# Are Xeno. Flavipinnis interesting fish?



## Gryph (Nov 13, 2005)

In trying to answer the eternal "what shall I put in my tank" question, I came across the cookie cutter with paracyps, multis, and xeno. flavipinnis. The sifters don't look like very colorful fish (they look kind of like sardines). Do their behaviors and activity make up for it?


----------



## Fogelhund (Dec 3, 2002)

Biparental mouthbrooders, pairing fish... I find them interesting.

Their bodies will be mostly silver, some of the nice ones (Nyanza) have yellow noses and dorsal fines. Xeno. spilopterus would work as well.


----------



## nugs (Aug 9, 2004)

I've always wanted some, I think they're intriguing and gorgeous looking fish. But my current fish mixes haven't and probably won't support them. One of these days hopefully.


----------



## alfalex (Jan 6, 2007)

Here mine from Crocodile Island! My favorite fish! I keep them with paracyprichromis Nigripinnis!


----------



## triscuit (May 6, 2005)

They're good fish for a large enough tank... at least 48" long from my experience. They are beautiful and fun to watch, but harder to breed than most of the other species I've kept.

Here's a pic of mine, which are currently housed in a 40-long with paracyps and cyps:


----------



## Gryph (Nov 13, 2005)

Those are some really pretty fish! But if they need a 48" tank, I won't have room. Unfortunately, my 40's a breeder, not a long.
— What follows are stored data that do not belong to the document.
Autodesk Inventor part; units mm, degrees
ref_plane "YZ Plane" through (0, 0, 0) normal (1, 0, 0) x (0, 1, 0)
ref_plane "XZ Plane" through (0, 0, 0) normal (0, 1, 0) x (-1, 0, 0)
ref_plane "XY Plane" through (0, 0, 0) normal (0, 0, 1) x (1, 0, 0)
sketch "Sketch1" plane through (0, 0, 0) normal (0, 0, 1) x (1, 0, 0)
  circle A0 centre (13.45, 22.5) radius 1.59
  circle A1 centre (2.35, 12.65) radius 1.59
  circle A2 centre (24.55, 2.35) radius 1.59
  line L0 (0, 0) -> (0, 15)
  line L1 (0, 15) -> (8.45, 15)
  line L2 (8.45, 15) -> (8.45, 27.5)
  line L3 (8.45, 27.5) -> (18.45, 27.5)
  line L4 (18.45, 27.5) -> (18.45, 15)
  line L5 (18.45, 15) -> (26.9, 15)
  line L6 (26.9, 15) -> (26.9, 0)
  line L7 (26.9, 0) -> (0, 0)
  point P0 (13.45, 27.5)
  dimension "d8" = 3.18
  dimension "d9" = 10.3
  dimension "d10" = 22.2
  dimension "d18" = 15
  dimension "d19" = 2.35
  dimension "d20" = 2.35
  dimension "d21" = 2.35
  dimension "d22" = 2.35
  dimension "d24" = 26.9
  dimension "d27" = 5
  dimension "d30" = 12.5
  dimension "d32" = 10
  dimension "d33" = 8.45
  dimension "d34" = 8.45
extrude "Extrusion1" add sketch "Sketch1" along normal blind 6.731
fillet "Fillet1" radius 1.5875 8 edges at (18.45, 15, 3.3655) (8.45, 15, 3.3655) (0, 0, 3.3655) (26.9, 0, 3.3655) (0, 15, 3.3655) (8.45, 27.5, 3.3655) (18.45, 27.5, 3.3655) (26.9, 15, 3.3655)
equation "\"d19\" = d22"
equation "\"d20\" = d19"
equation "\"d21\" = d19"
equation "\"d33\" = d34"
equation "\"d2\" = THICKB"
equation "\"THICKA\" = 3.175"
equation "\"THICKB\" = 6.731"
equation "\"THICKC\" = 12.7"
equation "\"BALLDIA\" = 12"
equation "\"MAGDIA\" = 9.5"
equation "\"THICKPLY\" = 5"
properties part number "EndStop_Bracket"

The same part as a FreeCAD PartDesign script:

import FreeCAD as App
import Part
import Sketcher
from FreeCAD import Vector
Q = App.Units.Quantity


def edges_at(feature, points):
    """Names of the edges that pass closest to the given points."""
    edges = feature.Shape.Edges
    near = lambda p: min(range(len(edges)), key=lambda i: edges[i].distToShape(Part.Vertex(*p))[0])
    return sorted({f"Edge{near(p) + 1}" for p in points})


def add_polygon(sketch, points):
    """Adds a closed chain of lines whose ends are joined by coincident constraints."""
    first, n = sketch.GeometryCount, len(points)
    for a, b in zip(points, points[1:] + points[:1]):
        sketch.addGeometry(Part.LineSegment(App.Vector(*a, 0), App.Vector(*b, 0)), False)
    for i in range(n):
        sketch.addConstraint(Sketcher.Constraint("Coincident", first + i, 2, first + (i + 1) % n, 1))

doc = App.newDocument("Part")
body = doc.addObject("PartDesign::Body", "Body")

sketch1 = body.newObject("Sketcher::SketchObject", "Sketch")
sketch1.AttachmentSupport = (doc.getObject("XY_Plane"), [""])
sketch1.MapMode = "FlatFace"
add_polygon(sketch1, [(0, 15), (0, 0), (26.9, 0), (26.9, 15), (18.4, 15), (18.4, 27.5), (8.4, 27.5), (8.4, 15)])
sketch1.addGeometry(Part.Circle(Vector(2.4, 12.7, 0), Vector(0, 0, 1), 1.6), False)
sketch1.addGeometry(Part.Circle(Vector(24.6, 2.4, 0), Vector(0, 0, 1), 1.6), False)
sketch1.addGeometry(Part.Circle(Vector(13.4, 22.5, 0), Vector(0, 0, 1), 1.6), False)
sketch1.addConstraint([
    Sketcher.Constraint("Vertical", 0),
    Sketcher.Constraint("Horizontal", 1),
    Sketcher.Constraint("Vertical", 2),
    Sketcher.Constraint("Horizontal", 3),
    Sketcher.Constraint("Vertical", 4),
    Sketcher.Constraint("Horizontal", 5),
    Sketcher.Constraint("Vertical", 6),
    Sketcher.Constraint("Horizontal", 7),
    Sketcher.Constraint("Coincident", 0, 2, -1, 1),
    Sketcher.Constraint("Equal", 8, 9),
    Sketcher.Constraint("Equal", 9, 10),
    Sketcher.Constraint("Horizontal", 3, 2, 6, 2),
    Sketcher.Constraint("Equal", 3, 7),
    Sketcher.Constraint("Diameter", 8, Q("3.18 mm")),
    Sketcher.Constraint("DistanceX", 5, 2, 5, 1, Q("10 mm")),
    Sketcher.Constraint("DistanceY", 0, 2, 0, 1, Q("15 mm")),
    Sketcher.Constraint("DistanceX", 1, 1, 1, 2, Q("26.9 mm")),
    Sketcher.Constraint("DistanceY", 4, 1, 4, 2, Q("12.5 mm")),
    Sketcher.Constraint("DistanceX", 10, 3, 3, 2, Q("5 mm")),
    Sketcher.Constraint("DistanceY", 10, 3, 4, 2, Q("5 mm")),
    Sketcher.Constraint("DistanceX", 8, 3, 9, 3, Q("22.2 mm")),
    Sketcher.Constraint("DistanceY", 9, 3, 8, 3, Q("10.3 mm")),
    Sketcher.Constraint("DistanceX", -1, 1, 8, 3, Q("2.35 mm")),
    Sketcher.Constraint("DistanceY", -1, 1, 9, 3, Q("2.35 mm")),
])
pad1 = body.newObject("PartDesign::Pad", "Pad")
pad1.Profile = sketch1
pad1.Length = 6.731
doc.recompute()

fillet = body.newObject("PartDesign::Fillet", "Fillet")
fillet.Base = (pad1, edges_at(pad1, [
    (18.45, 15, 3.365),
    (8.45, 15, 3.365),
    (0, 0, 3.365),
    (26.9, 0, 3.365),
    (0, 15, 3.365),
    (8.45, 27.5, 3.365),
    (18.45, 27.5, 3.365),
    (26.9, 15, 3.365),
]))
fillet.Radius = 1.5875

doc.recompute()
Rats!


----------



## alfalex (Jan 6, 2007)

I think flavipinnis could work in a 40 breeder, if you give them some visual barrier the time a couple form. I know someone who breed them in a 20 long, (30x12x12, I think).


----------



## triscuit (May 6, 2005)

the 40 breeder has a wide footprint, right? It should work out, don't let me scare you. :thumb: My group is pretty spastic, and I was horrified that xenos are listed in the 29 gallon cookie cutter.


----------



## jh82 (Oct 26, 2007)

triscuit said:


> the 40 breeder has a wide footprint, right? It should work out, don't let me scare you. :thumb: My group is pretty spastic, and I was horrified that xenos are listed in the 29 gallon cookie cutter.
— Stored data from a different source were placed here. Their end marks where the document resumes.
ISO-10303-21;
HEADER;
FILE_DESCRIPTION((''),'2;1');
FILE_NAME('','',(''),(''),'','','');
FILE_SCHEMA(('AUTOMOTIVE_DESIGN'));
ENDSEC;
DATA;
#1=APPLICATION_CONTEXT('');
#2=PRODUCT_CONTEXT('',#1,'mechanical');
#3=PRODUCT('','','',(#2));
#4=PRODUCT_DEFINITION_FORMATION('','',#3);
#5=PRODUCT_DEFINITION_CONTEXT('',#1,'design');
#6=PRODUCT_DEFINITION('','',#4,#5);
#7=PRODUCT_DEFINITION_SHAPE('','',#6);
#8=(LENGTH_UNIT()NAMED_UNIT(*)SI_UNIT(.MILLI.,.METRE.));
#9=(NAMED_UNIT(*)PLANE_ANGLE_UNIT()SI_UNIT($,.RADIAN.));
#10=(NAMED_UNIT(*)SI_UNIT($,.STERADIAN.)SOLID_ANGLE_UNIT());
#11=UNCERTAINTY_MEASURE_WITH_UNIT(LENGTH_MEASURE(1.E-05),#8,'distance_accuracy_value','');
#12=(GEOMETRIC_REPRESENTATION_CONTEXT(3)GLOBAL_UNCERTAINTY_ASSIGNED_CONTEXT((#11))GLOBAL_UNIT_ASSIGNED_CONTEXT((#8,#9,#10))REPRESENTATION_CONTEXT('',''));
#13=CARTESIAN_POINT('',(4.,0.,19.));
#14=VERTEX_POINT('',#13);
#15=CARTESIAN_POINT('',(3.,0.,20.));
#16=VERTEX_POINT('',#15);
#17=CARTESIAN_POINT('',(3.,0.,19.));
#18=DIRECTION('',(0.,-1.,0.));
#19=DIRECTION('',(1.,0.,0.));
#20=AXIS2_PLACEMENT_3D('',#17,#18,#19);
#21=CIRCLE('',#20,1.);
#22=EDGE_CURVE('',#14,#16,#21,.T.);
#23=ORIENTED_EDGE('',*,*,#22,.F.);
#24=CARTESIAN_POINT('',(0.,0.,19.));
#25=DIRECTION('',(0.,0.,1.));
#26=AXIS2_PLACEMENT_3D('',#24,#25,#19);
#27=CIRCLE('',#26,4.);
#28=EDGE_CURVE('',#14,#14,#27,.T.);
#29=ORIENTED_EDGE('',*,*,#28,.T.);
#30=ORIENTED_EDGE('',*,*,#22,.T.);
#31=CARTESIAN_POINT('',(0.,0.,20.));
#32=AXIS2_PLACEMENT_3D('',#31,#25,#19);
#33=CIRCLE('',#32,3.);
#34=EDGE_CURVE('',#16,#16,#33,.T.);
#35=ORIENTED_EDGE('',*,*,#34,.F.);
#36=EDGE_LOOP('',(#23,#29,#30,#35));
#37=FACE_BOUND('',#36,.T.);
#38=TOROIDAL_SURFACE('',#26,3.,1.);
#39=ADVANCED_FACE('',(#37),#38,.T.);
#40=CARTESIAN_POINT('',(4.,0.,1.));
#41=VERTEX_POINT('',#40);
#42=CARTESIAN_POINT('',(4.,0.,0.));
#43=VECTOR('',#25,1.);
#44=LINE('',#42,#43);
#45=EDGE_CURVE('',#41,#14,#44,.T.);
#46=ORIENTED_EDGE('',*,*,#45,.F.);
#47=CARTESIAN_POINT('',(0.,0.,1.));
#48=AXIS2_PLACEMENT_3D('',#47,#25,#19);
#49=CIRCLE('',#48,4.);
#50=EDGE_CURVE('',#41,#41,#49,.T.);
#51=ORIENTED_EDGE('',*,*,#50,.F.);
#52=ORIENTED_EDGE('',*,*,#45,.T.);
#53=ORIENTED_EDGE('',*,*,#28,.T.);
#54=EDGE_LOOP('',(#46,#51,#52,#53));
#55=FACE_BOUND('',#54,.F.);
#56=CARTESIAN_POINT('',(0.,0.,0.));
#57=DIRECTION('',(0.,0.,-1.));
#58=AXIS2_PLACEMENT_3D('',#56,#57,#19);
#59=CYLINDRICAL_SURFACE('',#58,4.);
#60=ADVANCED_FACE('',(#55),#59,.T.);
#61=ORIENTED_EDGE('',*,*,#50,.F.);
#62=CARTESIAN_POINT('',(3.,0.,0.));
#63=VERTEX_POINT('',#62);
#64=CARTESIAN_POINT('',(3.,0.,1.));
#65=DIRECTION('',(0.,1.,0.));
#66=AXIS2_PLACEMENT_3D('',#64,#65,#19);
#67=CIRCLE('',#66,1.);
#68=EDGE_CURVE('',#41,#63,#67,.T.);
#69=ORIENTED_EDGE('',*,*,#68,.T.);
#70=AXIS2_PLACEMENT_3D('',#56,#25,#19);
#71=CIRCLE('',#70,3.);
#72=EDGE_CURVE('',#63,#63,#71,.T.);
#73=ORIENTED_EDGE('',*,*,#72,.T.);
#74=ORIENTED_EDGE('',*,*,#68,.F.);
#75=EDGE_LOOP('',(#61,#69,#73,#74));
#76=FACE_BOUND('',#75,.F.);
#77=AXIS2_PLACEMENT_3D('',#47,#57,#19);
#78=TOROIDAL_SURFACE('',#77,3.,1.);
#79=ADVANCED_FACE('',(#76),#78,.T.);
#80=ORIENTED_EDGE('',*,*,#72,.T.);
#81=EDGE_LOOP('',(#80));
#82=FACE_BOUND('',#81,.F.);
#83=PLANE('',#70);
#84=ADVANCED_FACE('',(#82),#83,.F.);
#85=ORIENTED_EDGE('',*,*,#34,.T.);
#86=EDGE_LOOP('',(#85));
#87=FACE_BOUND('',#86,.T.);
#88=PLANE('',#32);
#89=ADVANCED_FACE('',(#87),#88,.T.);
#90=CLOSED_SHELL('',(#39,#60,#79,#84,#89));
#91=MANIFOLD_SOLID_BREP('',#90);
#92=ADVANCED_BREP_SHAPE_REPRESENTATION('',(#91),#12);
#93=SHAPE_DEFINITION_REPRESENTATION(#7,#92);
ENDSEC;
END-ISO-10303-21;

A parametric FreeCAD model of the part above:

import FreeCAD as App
import Part
import Sketcher

V = App.Vector


def edges_at(feature, points):
    """Names of the edges that pass closest to the given points."""
    edges = feature.Shape.Edges
    near = lambda p: min(range(len(edges)), key=lambda i: edges[i].distToShape(Part.Vertex(*p))[0])
    return sorted({f"Edge{near(p) + 1}" for p in points})

doc = App.newDocument("Part")
body = doc.addObject("PartDesign::Body", "Body")

# Sketch on XY plane
sketch1 = body.newObject("Sketcher::SketchObject", "Sketch")
sketch1.AttachmentSupport = (doc.getObject("XY_Plane"), [""])
sketch1.MapMode = "FlatFace"
sketch1.addGeometry(Part.Circle(V(0, 0, 0), V(0, 0, 1), 4), False)
sketch1.addConstraint([
    Sketcher.Constraint("Coincident", 0, 3, -1, 1),
    Sketcher.Constraint("Diameter", 0, 8.0),
])
pad1 = body.newObject("PartDesign::Pad", "Pad")
pad1.Profile = sketch1
pad1.Length = 20
doc.recompute()

fillet = body.newObject("PartDesign::Fillet", "Fillet")
fillet.Base = (pad1, edges_at(pad1, [(-4, 0, 20), (-4, 0, 0)]))
fillet.Radius = 1

doc.recompute()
A 40 breeder has a footprint of 36 x 18. Would that be big enough for a group of xenos and one other species like Paracyprichromis nigripinnis?


----------



## triscuit (May 6, 2005)

So, the 40 BR actually has a larger footprint than a 40-long: 648 vs 624 square inches. Yeah, that's a good size for xenos and paracyps. I suggest 5 or 6 xenos and 8 or more paracyps would do well.

I'd be careful with aquascaping: xenos dart and jump, and run into things regularly. Their eyes are easily scratched... don't use sharp rocks in the tank. Also, make sure you have a tight fitting lid.


----------



## Gryph (Nov 13, 2005)

This sounds like a terrific mix. I think I'd like to go with it. Xenos and paracyps are something I haven't done before.
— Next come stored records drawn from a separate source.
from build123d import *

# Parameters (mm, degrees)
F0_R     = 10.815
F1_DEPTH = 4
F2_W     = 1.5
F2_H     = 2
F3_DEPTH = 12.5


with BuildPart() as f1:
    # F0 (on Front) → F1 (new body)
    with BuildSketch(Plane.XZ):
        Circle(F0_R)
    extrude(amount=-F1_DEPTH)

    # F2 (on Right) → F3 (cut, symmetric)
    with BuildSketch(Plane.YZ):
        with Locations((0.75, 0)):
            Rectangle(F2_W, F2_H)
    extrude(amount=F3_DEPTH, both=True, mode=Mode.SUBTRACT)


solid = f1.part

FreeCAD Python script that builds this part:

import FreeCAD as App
import Part
import Sketcher


def add_polygon(sketch, points):
    """Adds a closed chain of lines whose ends are joined by coincident constraints."""
    first, n = sketch.GeometryCount, len(points)
    for a, b in zip(points, points[1:] + points[:1]):
        sketch.addGeometry(Part.LineSegment(App.Vector(*a, 0), App.Vector(*b, 0)), False)
    for i in range(n):
        sketch.addConstraint(Sketcher.Constraint("Coincident", first + i, 2, first + (i + 1) % n, 1))

doc = App.newDocument("Part")
body = doc.addObject("PartDesign::Body", "Body")

sketch1 = body.newObject("Sketcher::SketchObject", "Sketch")
sketch1.AttachmentSupport = (doc.getObject("XZ_Plane"), [""])
sketch1.MapMode = "FlatFace"
sketch1.addGeometry(Part.Circle(App.Vector(0, 0, 0), App.Vector(0, 0, 1), 10.815), False)
sketch1.addConstraint([
    Sketcher.Constraint("Coincident", 0, 3, -1, 1),
    Sketcher.Constraint("Diameter", 0, 21.63),
])
pad1 = body.newObject("PartDesign::Pad", "Pad")
pad1.Profile = sketch1
pad1.Length = 4
pad1.Reversed = True

sketch2 = body.newObject("Sketcher::SketchObject", "Sketch001")
sketch2.AttachmentSupport = (doc.getObject("YZ_Plane"), [""])
sketch2.MapMode = "FlatFace"
add_polygon(sketch2, [(0, 1), (0, -1), (1.5, -1), (1.5, 1)])
sketch2.addConstraint([
    Sketcher.Constraint("Vertical", 0),
    Sketcher.Constraint("Horizontal", 1),
    Sketcher.Constraint("Vertical", 2),
    Sketcher.Constraint("Horizontal", 3),
    Sketcher.Constraint("Symmetric", 0, 2, 3, 2, -1, 1),
    Sketcher.Constraint("DistanceY", 0, 2, 0, 1, 2.0),
    Sketcher.Constraint("DistanceX", 1, 1, 1, 2, 1.5),
])
pocket1 = body.newObject("PartDesign::Pocket", "Pocket")
pocket1.Profile = sketch2
pocket1.Length = 25
pocket1.Midplane = True

doc.recompute()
The cookie cutter says a couple calvus in there wouldn't be amiss. I assume that since these are sand sifters, it'd be preferred not to sub in shellies for the calvus? I'd prefer shellies, but calvus will work, too. Or should I just stick with the xenos and the paracyps, and leave out a third species entirely?

Also, a question on aquascaping. They'd like a flat rock or two on the bottom, correct? Would flat landscaping rocks work, or should I very carefully stack some rounded ones?

Oh. And will the paracyps work as ditherfish, or should I toss in a little school of rainbows or something to dither?

Thanks a bunch, guys! This is really exciting!


----------



## alfalex (Jan 6, 2007)

I think Xeno and paracyp are enough if you want them to breed. My flavipinnis aren't skittish at all, I keep my couple (once the couple is form they don't tolerate any other xeno) in a 40 long with 5 Paracyprichromis nigripinnis 2m\3f and I raised their young with them. Its really cool to watch their young schooling around with their parents, I remove the young when they start showing agressivity between us at around 2 inch long!

Here my male keeping a eye on is newly release fry!






The male again but taking some fry in is mouth after I move behind the camera and you could see the female trying to scare me 






another with their growing fry!


----------



## Gryph (Nov 13, 2005)

Those videos are so cool! Thank you for sharing. Those are prettier and more fascinating in motion than the pictures can show. I love all the fry!


----------